What you should do: Please repeat the lines below exactly. Begin with the line containing "#176=AXIS2_PLACEMENT_3D('',#175,#16,#17);" and go on through the line containing "#190=ORIENTED_EDGE('',*,*,#160,.F.);".

————————

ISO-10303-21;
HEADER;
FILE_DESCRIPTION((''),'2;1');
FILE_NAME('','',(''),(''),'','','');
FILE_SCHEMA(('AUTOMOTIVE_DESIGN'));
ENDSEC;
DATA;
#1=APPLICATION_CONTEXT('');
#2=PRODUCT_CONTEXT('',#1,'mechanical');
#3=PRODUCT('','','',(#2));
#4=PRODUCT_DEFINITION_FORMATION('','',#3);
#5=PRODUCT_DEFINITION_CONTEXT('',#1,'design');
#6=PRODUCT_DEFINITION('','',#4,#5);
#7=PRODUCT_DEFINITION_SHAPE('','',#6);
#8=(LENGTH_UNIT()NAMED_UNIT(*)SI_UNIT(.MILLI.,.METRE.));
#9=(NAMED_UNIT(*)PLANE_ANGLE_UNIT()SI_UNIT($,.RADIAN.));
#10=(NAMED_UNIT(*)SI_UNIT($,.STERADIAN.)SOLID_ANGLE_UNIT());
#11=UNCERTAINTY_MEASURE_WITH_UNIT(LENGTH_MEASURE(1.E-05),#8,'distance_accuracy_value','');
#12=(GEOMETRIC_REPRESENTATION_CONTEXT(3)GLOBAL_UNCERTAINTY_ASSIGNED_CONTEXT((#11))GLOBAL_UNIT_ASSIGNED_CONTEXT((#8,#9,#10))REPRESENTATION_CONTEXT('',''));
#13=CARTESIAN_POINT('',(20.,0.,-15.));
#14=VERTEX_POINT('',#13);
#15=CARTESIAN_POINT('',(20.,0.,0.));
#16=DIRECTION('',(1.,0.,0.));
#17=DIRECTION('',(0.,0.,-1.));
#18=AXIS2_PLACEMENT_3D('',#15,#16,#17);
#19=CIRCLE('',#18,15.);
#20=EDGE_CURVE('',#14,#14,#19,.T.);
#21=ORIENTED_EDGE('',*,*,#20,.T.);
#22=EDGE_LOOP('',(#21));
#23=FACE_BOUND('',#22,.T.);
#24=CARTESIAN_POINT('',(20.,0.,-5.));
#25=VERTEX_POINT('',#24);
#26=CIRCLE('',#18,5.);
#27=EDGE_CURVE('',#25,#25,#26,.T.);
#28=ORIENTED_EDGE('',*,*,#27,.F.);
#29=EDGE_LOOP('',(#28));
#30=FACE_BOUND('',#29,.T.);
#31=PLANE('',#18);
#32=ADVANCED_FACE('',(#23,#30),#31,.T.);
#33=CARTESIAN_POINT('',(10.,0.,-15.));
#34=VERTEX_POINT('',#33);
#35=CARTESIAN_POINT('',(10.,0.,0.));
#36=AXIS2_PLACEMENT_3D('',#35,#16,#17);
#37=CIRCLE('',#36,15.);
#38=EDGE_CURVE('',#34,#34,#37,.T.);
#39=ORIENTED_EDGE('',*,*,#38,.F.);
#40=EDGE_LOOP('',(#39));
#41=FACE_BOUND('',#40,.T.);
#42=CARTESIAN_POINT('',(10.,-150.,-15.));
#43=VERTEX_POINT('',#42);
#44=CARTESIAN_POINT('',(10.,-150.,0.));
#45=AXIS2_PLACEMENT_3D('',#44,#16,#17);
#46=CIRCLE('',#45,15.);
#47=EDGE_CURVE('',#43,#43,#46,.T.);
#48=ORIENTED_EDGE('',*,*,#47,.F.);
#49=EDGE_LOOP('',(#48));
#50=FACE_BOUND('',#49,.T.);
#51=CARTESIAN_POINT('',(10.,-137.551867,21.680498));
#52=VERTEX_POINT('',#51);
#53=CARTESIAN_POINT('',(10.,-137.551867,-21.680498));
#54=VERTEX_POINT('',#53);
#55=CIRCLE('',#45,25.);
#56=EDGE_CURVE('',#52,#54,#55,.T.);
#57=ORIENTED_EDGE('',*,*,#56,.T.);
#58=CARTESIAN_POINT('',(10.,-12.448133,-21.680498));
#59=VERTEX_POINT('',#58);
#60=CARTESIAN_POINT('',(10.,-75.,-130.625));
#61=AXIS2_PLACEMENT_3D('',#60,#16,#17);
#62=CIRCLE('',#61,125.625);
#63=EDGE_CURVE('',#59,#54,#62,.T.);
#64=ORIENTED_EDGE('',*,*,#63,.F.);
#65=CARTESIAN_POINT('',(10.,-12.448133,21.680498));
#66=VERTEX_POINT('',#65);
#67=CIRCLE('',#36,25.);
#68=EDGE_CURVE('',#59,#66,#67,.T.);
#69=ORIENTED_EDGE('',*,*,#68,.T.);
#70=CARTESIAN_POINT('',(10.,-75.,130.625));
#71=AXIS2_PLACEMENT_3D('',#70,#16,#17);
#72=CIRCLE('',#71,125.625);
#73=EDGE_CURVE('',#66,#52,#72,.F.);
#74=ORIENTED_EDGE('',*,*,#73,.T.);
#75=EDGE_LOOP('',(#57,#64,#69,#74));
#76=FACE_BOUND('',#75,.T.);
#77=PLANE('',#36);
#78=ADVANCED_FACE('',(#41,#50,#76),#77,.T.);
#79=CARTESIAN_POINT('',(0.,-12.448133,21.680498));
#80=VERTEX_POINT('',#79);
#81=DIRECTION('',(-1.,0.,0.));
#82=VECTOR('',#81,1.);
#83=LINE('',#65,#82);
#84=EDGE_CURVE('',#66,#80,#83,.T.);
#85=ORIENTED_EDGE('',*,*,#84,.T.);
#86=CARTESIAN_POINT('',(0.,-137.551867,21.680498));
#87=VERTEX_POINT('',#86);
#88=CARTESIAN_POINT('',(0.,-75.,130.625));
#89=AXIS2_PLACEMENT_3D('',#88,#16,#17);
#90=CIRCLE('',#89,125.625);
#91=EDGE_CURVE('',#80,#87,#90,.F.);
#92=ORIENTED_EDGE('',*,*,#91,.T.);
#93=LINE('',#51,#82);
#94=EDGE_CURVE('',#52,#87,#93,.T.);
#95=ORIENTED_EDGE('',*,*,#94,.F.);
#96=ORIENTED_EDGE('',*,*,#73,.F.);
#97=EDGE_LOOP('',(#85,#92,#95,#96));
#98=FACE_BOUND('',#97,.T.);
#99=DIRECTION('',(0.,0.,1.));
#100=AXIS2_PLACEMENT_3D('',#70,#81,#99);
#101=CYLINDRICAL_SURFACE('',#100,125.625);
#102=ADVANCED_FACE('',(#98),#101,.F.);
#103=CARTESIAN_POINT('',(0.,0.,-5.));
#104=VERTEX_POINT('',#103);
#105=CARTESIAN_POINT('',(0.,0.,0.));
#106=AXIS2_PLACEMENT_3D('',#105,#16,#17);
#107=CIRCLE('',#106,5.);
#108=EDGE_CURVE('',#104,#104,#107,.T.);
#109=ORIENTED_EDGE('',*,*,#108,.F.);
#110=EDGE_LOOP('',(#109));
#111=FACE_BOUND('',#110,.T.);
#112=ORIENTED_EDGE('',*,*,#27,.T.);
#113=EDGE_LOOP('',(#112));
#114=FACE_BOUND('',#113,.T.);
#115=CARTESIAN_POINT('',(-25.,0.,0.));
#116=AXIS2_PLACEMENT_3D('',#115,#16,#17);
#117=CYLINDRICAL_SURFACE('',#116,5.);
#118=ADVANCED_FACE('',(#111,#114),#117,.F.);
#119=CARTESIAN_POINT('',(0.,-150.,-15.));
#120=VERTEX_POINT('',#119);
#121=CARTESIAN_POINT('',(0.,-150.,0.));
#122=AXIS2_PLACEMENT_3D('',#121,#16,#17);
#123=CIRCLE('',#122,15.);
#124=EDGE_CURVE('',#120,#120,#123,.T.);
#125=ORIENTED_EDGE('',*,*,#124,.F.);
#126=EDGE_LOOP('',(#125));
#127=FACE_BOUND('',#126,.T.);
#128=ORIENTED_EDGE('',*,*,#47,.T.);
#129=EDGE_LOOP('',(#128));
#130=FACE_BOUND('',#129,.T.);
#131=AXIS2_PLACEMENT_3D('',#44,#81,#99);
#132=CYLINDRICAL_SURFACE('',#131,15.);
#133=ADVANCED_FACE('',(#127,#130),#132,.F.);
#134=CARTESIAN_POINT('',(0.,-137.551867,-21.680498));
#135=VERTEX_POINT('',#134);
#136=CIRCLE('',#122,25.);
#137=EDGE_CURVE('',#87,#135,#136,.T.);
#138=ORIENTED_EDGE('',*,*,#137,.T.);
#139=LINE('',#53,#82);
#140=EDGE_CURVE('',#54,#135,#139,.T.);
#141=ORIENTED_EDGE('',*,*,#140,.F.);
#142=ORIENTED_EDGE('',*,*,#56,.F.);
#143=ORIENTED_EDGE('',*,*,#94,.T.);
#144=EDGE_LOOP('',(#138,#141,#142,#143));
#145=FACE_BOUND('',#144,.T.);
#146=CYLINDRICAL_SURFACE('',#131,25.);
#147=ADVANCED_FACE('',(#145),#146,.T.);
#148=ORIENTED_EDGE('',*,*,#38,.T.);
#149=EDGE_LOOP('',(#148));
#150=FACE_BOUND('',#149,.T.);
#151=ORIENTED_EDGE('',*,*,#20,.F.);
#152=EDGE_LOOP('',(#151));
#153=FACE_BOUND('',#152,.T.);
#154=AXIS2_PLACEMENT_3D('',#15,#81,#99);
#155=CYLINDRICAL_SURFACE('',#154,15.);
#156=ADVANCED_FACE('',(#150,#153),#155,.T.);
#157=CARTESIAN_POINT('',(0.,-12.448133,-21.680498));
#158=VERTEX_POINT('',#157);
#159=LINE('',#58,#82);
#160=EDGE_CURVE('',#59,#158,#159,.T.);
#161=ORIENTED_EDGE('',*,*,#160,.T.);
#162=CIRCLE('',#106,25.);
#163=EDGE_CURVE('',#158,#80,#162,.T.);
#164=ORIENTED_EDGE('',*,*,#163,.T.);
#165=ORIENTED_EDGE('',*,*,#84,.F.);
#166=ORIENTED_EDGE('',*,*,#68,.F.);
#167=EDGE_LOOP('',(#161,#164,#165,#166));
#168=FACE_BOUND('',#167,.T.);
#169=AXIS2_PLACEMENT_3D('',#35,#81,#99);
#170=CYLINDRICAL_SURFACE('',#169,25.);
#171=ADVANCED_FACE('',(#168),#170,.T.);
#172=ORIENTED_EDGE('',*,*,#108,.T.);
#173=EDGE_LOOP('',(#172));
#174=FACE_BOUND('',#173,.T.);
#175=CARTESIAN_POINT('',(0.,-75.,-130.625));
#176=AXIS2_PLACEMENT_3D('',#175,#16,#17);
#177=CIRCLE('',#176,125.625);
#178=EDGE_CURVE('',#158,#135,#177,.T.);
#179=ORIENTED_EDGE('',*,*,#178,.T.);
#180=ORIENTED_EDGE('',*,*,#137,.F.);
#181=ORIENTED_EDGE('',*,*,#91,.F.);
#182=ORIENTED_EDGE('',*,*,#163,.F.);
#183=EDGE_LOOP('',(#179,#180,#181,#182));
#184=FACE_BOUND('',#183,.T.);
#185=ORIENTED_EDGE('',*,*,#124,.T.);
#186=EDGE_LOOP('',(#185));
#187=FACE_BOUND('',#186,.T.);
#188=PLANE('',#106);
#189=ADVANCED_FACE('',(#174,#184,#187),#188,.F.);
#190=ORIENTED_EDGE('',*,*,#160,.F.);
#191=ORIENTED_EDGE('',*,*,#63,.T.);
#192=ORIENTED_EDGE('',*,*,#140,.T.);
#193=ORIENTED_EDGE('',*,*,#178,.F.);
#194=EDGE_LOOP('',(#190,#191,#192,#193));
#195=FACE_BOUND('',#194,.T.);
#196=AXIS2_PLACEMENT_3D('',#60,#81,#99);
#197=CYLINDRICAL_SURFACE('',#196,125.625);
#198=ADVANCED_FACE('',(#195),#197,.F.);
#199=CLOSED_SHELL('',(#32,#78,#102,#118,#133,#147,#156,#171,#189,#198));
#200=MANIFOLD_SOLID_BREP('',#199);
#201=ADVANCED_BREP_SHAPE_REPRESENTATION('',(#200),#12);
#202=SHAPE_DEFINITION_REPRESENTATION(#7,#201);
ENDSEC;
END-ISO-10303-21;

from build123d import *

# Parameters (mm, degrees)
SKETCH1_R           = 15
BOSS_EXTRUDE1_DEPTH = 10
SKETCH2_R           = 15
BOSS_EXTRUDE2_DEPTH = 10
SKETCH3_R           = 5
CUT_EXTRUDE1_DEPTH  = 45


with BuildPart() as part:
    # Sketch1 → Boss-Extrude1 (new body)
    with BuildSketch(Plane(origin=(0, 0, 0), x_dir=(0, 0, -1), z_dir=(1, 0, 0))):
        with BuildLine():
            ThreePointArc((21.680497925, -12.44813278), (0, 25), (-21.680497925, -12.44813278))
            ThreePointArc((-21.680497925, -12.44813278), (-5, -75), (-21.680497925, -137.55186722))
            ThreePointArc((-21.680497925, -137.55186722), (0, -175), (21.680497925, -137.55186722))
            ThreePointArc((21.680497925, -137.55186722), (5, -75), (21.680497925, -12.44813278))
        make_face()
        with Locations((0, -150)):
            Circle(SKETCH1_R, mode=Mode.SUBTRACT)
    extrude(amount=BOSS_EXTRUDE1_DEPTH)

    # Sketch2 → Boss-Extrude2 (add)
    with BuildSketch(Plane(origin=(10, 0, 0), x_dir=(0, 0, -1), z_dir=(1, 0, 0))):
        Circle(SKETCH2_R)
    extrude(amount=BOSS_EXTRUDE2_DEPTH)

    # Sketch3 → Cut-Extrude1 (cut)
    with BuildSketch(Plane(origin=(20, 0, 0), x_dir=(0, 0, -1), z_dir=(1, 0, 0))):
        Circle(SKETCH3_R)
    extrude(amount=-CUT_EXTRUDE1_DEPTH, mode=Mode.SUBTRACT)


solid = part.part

————————

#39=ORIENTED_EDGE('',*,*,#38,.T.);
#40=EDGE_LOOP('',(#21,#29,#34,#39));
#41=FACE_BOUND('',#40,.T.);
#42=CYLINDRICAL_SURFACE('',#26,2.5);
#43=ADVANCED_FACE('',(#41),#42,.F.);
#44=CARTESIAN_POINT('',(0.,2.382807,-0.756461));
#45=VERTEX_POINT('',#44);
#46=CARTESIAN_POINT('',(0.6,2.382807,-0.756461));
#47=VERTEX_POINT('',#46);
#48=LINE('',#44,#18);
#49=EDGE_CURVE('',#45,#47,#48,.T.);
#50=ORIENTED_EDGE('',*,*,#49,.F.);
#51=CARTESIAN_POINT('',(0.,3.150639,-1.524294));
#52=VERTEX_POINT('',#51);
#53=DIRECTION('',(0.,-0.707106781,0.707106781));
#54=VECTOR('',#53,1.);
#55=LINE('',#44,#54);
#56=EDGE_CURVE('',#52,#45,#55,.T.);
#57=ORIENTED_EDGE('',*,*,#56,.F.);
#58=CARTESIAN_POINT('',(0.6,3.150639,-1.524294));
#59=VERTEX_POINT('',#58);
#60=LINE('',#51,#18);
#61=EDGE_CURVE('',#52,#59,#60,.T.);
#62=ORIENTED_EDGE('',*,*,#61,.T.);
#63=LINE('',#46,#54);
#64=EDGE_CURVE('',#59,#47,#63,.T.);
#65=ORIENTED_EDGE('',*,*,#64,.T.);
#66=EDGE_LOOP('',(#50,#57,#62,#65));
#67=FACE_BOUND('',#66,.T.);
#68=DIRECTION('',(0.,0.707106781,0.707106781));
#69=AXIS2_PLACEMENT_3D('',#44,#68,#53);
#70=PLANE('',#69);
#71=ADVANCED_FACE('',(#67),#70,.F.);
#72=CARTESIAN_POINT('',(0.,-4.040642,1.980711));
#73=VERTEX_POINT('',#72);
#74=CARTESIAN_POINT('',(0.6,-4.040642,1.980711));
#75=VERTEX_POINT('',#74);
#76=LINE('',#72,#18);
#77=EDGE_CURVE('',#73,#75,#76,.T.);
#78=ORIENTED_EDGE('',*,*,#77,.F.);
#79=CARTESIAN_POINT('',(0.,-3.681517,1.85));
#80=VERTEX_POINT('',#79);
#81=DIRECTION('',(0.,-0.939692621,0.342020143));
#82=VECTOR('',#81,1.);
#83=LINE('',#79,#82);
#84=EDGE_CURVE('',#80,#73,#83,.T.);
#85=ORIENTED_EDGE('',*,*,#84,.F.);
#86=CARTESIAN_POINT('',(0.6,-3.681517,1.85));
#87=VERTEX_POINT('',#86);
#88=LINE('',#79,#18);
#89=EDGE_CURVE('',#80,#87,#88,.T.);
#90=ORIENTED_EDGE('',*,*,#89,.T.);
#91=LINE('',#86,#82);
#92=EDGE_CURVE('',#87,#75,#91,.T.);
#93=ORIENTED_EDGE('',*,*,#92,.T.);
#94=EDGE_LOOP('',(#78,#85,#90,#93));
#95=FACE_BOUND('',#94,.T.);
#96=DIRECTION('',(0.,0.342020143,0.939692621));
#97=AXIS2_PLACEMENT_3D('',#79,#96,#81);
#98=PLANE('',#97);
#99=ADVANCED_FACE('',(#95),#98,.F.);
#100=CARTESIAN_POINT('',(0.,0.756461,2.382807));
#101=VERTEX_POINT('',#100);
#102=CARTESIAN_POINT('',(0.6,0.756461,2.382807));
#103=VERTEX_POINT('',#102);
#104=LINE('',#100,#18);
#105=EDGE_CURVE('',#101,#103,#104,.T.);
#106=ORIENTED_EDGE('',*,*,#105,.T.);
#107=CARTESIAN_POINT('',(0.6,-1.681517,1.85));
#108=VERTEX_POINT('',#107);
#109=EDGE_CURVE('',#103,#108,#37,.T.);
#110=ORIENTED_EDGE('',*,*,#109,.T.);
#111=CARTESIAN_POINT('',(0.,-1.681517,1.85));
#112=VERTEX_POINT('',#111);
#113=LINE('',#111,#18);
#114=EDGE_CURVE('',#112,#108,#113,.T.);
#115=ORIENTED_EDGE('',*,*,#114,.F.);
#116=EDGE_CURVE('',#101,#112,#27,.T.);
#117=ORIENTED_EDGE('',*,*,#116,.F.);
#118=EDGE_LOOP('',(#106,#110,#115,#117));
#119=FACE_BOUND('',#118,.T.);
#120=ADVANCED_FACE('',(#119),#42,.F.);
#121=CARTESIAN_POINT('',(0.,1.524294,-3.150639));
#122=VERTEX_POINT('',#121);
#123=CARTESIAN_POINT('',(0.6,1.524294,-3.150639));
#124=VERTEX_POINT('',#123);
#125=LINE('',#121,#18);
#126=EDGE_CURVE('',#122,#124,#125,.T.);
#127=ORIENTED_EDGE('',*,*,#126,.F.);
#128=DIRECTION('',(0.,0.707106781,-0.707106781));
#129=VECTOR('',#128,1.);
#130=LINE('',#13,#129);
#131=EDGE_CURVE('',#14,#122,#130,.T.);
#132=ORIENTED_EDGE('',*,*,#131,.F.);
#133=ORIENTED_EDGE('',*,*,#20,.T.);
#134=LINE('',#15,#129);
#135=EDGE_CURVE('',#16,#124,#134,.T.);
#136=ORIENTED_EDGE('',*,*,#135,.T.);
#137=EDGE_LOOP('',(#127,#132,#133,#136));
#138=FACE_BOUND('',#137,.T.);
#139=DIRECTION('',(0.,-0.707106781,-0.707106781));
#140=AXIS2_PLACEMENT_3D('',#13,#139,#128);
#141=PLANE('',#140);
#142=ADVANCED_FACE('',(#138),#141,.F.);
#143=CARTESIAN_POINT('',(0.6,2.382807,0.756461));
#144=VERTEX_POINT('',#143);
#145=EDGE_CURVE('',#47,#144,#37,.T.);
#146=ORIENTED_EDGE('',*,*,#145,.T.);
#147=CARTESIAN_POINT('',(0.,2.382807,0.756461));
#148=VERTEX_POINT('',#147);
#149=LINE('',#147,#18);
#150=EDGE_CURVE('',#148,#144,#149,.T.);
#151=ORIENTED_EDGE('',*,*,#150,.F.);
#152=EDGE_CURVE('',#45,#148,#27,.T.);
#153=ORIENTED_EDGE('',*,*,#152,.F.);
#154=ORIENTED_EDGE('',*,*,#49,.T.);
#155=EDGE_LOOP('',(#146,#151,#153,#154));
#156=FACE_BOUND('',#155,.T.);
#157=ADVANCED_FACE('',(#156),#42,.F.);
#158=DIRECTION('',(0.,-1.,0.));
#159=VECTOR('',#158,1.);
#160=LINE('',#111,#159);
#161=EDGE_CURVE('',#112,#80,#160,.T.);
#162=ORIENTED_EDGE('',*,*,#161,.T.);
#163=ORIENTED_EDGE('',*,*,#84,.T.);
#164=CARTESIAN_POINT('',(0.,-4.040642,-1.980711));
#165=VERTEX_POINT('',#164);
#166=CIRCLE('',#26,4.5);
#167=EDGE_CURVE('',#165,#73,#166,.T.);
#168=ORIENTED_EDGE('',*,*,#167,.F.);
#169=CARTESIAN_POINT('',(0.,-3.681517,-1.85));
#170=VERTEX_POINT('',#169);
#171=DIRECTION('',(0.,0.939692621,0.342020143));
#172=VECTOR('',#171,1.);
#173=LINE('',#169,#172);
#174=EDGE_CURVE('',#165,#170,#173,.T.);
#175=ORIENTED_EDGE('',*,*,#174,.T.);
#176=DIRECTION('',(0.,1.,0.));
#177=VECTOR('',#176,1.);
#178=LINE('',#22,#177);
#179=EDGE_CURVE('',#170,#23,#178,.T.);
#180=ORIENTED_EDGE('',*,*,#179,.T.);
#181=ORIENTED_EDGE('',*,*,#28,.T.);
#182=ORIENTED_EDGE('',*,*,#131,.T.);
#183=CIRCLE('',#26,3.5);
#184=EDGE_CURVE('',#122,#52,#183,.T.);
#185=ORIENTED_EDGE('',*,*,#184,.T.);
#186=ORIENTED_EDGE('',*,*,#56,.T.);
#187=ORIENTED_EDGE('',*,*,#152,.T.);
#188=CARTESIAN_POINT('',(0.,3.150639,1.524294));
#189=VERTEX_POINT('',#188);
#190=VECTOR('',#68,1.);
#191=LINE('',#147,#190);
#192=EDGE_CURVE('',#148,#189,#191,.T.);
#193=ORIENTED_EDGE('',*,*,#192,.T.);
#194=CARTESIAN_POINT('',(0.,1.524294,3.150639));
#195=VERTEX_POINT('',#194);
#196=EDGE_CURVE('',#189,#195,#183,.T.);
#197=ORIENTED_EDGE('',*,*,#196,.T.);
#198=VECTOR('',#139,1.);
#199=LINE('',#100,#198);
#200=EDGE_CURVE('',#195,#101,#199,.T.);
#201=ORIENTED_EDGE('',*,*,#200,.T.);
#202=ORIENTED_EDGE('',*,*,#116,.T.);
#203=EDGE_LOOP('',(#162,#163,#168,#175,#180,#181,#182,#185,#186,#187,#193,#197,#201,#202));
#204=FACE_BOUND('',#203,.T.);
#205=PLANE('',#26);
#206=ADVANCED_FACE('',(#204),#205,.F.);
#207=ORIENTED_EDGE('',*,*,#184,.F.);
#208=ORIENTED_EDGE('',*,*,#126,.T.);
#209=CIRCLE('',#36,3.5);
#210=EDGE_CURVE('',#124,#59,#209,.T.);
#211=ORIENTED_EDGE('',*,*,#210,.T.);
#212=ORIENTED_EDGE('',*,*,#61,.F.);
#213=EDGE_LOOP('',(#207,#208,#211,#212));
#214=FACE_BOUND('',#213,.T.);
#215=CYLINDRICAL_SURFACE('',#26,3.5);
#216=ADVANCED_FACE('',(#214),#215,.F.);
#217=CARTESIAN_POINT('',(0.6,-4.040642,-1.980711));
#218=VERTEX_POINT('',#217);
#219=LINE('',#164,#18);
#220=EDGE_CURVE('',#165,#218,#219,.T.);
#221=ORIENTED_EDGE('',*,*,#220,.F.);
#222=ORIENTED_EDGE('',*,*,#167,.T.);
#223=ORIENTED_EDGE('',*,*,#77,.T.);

————————

Response:
#176=AXIS2_PLACEMENT_3D('',#175,#16,#17);
#177=CIRCLE('',#176,125.625);
#178=EDGE_CURVE('',#158,#135,#177,.T.);
#179=ORIENTED_EDGE('',*,*,#178,.T.);
#180=ORIENTED_EDGE('',*,*,#137,.F.);
#181=ORIENTED_EDGE('',*,*,#91,.F.);
#182=ORIENTED_EDGE('',*,*,#163,.F.);
#183=EDGE_LOOP('',(#179,#180,#181,#182));
#184=FACE_BOUND('',#183,.T.);
#185=ORIENTED_EDGE('',*,*,#124,.T.);
#186=EDGE_LOOP('',(#185));
#187=FACE_BOUND('',#186,.T.);
#188=PLANE('',#106);
#189=ADVANCED_FACE('',(#174,#184,#187),#188,.F.);
#190=ORIENTED_EDGE('',*,*,#160,.F.);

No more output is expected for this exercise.